| TASK GOAL |
Each line of the listing that contains "merges" should be found and copied.

──────── EXTRACTED RECORDS

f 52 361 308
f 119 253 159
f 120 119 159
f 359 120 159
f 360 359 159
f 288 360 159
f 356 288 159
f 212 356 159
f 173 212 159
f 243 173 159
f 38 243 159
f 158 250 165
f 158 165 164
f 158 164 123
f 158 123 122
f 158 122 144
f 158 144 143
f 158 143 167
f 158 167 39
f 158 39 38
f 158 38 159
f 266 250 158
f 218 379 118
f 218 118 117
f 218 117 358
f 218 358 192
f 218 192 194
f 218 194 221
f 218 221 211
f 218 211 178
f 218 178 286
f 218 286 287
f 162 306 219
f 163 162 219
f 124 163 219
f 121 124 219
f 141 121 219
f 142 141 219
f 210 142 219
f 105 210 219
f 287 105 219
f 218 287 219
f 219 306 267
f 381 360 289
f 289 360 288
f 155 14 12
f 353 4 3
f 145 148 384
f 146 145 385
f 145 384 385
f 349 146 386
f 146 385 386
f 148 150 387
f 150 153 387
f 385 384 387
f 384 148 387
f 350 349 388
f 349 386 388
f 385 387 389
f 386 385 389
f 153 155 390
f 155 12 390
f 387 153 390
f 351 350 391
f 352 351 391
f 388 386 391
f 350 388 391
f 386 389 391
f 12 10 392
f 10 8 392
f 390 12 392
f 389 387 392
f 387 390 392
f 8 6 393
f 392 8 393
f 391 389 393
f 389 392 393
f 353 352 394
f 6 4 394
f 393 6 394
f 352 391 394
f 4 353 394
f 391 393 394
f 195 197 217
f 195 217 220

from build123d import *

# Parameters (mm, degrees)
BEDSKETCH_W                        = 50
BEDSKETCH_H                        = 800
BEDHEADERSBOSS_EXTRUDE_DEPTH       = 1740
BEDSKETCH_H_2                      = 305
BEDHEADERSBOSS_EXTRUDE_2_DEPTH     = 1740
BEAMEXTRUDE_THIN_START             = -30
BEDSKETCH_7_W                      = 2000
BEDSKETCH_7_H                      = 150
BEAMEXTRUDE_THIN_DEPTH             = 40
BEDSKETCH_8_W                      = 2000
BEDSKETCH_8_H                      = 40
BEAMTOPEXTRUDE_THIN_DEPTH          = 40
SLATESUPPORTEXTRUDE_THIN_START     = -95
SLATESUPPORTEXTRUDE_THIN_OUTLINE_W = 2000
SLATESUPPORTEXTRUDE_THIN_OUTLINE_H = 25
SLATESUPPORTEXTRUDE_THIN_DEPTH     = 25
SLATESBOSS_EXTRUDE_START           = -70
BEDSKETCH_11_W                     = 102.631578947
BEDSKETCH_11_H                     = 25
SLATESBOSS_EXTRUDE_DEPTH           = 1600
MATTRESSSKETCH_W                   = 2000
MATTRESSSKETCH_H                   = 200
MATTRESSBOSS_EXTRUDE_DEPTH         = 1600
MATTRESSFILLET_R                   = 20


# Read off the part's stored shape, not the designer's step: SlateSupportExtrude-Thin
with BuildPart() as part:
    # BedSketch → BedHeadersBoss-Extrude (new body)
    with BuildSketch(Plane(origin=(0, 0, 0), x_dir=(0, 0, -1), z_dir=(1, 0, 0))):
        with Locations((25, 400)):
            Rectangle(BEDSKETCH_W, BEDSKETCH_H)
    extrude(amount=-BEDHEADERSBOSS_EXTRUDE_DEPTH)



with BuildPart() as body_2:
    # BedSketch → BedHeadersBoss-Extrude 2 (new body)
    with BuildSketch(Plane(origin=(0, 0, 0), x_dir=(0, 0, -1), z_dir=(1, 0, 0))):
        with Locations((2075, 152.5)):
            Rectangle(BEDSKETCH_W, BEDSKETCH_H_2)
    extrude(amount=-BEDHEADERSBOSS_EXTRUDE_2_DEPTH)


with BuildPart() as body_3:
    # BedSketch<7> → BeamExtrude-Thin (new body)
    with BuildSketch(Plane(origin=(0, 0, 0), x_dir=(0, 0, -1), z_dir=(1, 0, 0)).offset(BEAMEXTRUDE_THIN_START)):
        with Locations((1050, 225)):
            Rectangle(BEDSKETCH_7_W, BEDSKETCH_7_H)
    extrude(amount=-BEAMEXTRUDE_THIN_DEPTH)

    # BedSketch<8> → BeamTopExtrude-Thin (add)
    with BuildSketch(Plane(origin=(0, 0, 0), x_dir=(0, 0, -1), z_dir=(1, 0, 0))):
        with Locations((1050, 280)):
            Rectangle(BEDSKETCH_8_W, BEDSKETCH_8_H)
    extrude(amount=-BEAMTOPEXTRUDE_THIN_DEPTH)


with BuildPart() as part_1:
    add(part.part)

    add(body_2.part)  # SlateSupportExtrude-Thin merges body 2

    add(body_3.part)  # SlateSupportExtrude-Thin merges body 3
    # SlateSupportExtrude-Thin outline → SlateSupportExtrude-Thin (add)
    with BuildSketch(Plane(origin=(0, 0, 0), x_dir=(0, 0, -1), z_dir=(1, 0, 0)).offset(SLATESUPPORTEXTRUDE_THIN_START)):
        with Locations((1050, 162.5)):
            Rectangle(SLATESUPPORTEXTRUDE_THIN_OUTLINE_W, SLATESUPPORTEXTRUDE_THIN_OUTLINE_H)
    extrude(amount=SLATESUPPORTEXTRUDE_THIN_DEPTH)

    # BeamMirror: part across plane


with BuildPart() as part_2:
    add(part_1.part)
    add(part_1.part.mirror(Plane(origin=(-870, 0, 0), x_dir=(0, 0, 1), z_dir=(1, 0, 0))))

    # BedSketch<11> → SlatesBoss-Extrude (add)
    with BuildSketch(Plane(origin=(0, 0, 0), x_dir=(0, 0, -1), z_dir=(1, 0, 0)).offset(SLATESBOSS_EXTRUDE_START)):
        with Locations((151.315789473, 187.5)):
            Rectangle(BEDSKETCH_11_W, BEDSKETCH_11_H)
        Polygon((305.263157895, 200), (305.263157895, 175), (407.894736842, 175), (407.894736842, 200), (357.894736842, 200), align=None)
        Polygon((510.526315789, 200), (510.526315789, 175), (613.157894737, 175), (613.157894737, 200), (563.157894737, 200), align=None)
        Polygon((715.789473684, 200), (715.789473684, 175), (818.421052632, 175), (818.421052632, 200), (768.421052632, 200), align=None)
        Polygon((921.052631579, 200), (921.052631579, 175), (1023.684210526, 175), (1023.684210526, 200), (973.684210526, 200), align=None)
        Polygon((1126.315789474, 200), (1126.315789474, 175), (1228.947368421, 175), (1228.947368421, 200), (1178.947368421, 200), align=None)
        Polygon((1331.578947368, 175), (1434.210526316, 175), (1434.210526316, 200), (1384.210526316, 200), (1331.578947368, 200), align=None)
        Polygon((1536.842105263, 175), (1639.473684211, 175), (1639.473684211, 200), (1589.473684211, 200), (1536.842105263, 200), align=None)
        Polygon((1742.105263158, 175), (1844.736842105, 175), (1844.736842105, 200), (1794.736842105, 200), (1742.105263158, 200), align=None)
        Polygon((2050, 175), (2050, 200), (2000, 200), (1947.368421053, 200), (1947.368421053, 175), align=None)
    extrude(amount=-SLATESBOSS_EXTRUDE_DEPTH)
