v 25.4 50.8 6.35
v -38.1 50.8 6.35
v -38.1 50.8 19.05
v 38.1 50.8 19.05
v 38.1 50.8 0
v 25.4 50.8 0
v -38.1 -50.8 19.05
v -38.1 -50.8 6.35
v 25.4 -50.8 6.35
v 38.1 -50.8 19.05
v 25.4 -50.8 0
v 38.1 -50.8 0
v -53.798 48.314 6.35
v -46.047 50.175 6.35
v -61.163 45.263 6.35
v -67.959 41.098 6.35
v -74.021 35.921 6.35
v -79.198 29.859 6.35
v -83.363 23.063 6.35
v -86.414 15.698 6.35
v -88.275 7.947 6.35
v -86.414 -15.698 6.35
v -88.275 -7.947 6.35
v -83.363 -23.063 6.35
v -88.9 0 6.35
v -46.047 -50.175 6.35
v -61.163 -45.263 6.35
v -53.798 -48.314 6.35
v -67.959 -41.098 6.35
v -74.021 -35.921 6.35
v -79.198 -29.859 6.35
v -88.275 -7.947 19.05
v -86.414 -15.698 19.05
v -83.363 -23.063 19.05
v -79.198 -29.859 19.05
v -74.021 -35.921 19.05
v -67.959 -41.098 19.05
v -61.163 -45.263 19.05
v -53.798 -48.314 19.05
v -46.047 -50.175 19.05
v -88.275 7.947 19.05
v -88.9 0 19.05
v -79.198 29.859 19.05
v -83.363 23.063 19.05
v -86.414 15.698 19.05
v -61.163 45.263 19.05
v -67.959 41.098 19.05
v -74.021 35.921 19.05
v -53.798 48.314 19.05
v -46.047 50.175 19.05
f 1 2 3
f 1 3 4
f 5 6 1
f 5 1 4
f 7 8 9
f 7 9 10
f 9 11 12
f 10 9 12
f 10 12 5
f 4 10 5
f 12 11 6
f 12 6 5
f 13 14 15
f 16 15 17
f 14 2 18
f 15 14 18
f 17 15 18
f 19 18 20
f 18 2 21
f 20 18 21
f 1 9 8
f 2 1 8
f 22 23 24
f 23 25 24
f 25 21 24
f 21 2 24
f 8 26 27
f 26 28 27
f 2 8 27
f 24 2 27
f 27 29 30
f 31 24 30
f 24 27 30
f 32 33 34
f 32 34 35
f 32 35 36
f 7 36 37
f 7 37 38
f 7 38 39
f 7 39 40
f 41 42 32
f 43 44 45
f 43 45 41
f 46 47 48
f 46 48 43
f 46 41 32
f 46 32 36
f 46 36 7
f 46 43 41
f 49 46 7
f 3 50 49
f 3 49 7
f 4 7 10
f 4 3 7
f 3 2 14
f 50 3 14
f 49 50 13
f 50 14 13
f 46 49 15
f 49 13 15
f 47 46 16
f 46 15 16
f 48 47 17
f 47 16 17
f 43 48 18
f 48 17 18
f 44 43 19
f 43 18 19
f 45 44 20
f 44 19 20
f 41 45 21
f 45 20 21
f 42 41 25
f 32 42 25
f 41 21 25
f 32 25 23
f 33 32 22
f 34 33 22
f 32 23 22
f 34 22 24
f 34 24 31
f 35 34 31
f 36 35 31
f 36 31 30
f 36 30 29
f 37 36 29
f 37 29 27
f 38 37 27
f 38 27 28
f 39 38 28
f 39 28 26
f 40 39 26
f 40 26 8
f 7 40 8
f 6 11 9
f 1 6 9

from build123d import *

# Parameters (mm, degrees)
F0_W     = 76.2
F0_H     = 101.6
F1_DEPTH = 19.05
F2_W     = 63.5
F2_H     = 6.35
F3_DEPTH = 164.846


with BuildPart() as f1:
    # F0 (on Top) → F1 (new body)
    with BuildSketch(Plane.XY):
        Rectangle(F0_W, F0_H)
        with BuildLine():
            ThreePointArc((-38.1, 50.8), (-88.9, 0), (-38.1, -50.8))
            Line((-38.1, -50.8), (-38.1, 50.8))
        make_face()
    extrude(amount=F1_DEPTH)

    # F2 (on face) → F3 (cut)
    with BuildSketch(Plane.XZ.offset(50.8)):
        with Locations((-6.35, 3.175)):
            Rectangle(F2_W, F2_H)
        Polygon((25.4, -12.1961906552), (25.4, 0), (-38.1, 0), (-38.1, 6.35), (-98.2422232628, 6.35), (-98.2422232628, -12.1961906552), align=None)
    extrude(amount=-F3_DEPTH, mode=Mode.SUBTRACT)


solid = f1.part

────────────────
──────── EXTRACTED RECORDS

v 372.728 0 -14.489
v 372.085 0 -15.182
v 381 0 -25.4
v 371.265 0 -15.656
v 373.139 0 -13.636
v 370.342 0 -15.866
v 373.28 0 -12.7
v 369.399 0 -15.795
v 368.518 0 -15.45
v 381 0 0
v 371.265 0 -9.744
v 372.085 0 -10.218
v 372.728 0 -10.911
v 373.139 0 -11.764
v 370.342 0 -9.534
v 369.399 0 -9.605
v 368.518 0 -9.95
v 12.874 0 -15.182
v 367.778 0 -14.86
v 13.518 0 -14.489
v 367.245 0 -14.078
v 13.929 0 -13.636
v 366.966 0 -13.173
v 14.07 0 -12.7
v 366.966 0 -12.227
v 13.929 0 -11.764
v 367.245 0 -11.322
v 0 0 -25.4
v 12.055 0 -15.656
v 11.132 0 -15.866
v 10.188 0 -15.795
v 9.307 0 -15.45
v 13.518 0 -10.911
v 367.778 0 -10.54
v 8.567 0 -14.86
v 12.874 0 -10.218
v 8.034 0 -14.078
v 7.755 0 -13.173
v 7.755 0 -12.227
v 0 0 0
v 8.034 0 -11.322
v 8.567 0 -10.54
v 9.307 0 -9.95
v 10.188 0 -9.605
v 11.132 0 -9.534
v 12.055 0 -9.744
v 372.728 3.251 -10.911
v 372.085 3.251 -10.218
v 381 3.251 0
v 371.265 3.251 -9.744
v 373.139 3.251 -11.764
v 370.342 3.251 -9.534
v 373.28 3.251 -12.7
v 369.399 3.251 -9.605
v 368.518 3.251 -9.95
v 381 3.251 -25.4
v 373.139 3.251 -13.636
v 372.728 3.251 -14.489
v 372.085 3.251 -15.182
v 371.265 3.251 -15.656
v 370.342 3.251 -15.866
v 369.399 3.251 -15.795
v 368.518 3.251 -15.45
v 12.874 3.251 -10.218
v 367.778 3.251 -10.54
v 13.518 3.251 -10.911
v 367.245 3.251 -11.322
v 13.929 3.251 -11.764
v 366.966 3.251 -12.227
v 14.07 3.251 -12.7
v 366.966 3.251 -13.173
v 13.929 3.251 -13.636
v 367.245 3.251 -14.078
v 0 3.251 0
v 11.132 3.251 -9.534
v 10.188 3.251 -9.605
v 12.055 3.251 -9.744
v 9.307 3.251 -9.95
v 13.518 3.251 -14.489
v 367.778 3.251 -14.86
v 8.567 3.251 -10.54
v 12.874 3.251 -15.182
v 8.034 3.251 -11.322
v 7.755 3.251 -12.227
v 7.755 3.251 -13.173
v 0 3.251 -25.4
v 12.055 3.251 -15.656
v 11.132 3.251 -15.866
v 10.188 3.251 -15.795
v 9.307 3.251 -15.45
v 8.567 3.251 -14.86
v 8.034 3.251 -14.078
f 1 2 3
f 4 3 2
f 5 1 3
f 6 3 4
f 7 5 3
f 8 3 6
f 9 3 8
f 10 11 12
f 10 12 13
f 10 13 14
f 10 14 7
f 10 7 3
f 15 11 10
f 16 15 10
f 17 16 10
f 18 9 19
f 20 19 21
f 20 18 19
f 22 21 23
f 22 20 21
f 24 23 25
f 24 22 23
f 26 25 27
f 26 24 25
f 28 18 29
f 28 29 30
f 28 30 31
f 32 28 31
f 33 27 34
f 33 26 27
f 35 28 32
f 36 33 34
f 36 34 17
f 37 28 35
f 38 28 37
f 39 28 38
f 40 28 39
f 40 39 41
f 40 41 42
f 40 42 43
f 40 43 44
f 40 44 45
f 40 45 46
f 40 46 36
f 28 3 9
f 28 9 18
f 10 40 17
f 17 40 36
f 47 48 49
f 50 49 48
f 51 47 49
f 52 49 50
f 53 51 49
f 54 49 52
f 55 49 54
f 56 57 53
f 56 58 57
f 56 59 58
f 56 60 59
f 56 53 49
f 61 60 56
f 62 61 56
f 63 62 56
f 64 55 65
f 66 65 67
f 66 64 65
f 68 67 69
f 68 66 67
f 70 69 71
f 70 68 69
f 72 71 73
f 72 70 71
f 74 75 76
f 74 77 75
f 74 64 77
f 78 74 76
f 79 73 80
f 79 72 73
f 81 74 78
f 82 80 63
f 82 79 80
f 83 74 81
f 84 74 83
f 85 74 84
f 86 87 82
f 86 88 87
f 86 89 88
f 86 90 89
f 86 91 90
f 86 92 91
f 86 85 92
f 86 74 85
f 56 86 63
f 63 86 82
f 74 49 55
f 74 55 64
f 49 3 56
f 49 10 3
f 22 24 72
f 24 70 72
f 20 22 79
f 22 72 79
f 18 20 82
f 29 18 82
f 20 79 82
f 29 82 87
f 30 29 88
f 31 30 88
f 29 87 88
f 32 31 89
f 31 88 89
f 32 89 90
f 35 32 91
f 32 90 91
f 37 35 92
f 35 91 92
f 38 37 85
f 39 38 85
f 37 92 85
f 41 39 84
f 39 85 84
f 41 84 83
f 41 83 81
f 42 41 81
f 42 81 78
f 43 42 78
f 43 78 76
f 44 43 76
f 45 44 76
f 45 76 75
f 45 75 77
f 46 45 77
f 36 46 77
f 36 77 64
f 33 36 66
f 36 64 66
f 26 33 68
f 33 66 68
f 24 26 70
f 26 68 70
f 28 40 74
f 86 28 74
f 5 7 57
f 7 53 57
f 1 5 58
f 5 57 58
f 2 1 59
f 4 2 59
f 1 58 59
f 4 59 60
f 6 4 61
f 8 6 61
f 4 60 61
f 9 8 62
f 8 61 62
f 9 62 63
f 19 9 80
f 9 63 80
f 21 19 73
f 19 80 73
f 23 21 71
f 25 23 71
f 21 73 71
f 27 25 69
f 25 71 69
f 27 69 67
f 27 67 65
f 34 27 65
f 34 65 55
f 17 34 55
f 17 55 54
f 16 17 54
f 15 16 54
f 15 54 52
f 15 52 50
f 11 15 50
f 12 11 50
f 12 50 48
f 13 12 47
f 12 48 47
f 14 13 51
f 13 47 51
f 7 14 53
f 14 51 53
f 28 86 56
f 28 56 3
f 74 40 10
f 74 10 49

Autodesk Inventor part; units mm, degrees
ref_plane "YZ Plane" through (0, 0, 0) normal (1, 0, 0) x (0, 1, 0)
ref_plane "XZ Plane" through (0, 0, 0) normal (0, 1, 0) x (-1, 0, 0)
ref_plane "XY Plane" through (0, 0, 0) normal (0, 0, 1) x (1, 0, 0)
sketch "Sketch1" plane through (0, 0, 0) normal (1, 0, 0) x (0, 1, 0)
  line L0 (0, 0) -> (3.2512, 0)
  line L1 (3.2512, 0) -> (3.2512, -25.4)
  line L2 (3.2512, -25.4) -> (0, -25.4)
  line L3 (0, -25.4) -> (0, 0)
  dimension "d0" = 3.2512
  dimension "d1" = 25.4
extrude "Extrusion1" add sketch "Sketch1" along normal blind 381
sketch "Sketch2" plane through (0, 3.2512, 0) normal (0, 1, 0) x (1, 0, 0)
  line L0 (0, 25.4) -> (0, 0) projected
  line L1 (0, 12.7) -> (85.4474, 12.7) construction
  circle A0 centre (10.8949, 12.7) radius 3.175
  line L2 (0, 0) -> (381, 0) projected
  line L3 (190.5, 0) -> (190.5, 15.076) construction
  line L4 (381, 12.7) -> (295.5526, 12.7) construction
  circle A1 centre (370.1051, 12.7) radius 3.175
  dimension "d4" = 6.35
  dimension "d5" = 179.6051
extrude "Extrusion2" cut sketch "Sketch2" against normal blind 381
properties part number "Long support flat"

────────────────

| WRITTEN ANSWER |
    add(body_2.part)  # SlateSupportExtrude-Thin merges body 2
    add(body_3.part)  # SlateSupportExtrude-Thin merges body 3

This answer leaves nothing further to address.